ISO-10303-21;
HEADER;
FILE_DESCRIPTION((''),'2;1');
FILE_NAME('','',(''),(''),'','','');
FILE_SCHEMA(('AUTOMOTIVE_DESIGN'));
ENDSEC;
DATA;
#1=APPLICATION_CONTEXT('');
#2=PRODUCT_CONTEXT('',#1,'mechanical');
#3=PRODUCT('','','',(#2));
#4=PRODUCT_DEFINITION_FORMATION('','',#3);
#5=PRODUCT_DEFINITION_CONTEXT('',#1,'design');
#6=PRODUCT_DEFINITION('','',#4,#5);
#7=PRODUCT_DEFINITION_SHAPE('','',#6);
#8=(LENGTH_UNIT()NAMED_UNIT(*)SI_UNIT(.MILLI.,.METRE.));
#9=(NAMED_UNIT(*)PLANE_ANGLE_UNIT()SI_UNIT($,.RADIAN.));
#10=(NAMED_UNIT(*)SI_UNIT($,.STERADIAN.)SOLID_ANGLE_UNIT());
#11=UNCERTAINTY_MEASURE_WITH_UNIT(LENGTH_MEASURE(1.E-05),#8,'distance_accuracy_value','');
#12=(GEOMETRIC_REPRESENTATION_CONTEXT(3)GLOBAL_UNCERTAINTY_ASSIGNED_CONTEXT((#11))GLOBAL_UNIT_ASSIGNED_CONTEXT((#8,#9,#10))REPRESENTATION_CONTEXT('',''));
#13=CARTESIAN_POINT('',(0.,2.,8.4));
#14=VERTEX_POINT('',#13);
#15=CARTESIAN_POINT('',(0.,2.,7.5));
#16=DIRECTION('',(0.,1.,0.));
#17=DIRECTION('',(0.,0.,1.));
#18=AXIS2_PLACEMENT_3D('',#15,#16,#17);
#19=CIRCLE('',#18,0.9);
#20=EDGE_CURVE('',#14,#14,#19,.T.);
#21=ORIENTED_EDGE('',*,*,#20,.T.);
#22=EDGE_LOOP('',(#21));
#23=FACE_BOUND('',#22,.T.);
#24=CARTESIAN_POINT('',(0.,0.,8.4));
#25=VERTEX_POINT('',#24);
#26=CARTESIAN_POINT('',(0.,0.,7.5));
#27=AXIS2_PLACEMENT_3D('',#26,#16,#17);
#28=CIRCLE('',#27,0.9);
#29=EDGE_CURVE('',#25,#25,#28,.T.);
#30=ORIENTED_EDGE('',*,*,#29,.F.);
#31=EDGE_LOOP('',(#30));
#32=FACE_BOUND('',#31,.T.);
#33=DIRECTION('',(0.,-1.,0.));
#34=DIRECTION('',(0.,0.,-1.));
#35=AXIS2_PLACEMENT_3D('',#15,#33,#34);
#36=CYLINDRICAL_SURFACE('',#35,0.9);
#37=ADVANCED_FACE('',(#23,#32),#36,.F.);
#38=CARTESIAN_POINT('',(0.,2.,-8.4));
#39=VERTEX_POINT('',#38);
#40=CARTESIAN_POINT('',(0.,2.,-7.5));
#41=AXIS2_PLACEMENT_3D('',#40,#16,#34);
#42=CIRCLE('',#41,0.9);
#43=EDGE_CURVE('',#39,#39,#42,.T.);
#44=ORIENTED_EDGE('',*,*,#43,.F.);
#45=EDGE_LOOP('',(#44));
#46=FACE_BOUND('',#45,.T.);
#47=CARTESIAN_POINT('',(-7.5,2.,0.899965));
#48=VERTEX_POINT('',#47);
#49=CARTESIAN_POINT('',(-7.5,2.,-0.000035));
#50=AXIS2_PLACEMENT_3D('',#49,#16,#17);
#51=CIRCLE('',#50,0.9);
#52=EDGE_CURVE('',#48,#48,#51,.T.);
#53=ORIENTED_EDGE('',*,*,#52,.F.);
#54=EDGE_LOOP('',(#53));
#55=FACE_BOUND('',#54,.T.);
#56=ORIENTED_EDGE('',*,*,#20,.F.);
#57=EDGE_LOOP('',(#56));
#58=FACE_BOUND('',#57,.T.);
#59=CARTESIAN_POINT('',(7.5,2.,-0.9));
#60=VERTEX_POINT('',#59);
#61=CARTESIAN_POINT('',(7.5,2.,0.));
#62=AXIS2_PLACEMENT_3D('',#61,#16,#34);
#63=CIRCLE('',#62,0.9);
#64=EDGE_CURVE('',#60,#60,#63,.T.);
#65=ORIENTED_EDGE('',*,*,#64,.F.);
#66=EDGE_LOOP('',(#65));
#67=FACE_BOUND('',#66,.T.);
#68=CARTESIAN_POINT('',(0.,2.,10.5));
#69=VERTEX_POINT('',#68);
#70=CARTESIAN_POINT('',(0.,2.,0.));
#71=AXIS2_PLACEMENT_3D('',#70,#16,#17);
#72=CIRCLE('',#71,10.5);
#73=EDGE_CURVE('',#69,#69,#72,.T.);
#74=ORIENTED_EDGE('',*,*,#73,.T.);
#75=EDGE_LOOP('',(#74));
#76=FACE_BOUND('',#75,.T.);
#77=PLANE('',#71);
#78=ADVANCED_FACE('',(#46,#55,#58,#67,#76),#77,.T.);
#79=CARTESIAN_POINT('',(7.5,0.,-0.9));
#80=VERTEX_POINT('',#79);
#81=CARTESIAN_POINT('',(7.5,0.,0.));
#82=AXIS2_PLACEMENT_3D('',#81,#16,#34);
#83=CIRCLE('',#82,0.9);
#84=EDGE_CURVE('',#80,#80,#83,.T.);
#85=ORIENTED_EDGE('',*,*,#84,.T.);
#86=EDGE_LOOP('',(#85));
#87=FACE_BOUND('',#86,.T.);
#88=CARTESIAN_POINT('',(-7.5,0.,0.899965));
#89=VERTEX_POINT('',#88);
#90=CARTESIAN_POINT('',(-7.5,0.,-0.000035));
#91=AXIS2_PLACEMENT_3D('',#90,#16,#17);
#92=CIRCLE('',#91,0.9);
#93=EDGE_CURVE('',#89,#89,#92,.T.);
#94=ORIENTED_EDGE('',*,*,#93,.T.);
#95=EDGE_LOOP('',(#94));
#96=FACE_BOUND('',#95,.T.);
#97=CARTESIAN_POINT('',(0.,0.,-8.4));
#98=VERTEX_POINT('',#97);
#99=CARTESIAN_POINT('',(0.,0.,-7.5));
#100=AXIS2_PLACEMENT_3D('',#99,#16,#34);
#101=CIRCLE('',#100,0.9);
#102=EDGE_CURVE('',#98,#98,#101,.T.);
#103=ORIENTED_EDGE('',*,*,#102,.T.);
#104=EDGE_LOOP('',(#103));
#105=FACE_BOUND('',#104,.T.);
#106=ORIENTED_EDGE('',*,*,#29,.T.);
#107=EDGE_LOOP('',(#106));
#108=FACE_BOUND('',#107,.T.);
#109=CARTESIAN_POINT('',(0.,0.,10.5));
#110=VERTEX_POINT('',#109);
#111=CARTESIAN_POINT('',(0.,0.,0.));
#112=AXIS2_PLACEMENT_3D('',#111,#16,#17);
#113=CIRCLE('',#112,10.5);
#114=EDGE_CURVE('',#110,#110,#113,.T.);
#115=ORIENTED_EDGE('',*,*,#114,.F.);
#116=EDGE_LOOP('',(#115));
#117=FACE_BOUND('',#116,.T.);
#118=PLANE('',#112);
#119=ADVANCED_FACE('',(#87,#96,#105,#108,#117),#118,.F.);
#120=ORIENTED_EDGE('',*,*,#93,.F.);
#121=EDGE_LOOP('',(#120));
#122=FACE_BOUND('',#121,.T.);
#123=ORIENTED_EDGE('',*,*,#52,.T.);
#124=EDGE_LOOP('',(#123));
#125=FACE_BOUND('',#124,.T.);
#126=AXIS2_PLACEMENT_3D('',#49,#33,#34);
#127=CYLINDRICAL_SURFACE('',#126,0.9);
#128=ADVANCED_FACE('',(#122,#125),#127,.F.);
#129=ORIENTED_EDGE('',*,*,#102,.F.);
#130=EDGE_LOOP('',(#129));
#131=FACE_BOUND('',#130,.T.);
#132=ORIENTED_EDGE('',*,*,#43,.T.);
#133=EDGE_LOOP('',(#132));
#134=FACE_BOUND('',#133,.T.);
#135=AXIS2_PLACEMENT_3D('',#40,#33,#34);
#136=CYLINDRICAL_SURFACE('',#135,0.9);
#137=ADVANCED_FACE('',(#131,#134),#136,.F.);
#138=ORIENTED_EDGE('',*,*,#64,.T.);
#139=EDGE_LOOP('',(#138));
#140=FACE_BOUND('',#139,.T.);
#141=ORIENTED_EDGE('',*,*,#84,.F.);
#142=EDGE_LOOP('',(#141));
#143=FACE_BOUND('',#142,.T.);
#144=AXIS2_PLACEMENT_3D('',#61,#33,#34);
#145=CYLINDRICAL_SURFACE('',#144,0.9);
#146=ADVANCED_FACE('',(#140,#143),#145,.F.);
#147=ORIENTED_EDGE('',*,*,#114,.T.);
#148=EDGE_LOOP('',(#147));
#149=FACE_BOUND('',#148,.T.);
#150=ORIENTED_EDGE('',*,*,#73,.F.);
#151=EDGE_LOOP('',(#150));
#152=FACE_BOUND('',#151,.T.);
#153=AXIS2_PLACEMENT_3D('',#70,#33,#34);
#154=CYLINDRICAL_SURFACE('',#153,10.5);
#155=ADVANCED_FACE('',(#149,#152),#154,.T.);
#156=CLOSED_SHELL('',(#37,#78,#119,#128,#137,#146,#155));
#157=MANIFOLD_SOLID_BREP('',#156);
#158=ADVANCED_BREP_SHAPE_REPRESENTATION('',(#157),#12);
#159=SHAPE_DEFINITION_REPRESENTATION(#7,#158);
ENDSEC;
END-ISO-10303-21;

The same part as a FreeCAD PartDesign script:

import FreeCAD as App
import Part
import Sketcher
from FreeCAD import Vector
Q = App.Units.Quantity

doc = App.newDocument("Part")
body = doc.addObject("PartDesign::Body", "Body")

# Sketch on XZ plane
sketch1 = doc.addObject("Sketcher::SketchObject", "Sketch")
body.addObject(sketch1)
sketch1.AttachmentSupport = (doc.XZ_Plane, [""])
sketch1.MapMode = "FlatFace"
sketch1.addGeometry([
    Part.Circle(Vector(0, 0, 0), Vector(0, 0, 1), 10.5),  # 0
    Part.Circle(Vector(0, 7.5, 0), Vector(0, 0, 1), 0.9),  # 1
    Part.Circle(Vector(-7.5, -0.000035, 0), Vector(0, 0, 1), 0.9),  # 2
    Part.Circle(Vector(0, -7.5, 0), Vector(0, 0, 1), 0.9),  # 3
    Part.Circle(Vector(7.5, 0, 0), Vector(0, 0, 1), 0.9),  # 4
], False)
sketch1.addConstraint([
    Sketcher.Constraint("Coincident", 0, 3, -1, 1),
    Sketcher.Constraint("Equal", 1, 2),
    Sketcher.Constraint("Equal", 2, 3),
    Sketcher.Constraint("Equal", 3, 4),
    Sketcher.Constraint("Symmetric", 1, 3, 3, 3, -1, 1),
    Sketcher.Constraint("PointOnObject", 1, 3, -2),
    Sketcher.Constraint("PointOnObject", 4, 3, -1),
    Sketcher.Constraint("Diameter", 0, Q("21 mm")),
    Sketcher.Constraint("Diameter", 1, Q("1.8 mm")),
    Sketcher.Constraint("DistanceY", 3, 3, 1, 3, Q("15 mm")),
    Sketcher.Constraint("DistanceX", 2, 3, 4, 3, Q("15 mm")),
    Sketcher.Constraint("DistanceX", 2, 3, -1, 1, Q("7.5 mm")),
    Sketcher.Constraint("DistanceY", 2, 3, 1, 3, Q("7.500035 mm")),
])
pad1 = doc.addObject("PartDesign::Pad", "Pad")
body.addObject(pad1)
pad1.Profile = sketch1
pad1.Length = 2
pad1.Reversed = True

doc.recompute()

◇ ◇ ◇ ◇ ◇ ◇ ◇

◆ **YOUR OBJECTIVE**
State how many lines above contain the string "DIRECTION", with no other words.

◆ **EXPECTED ANSWER**
4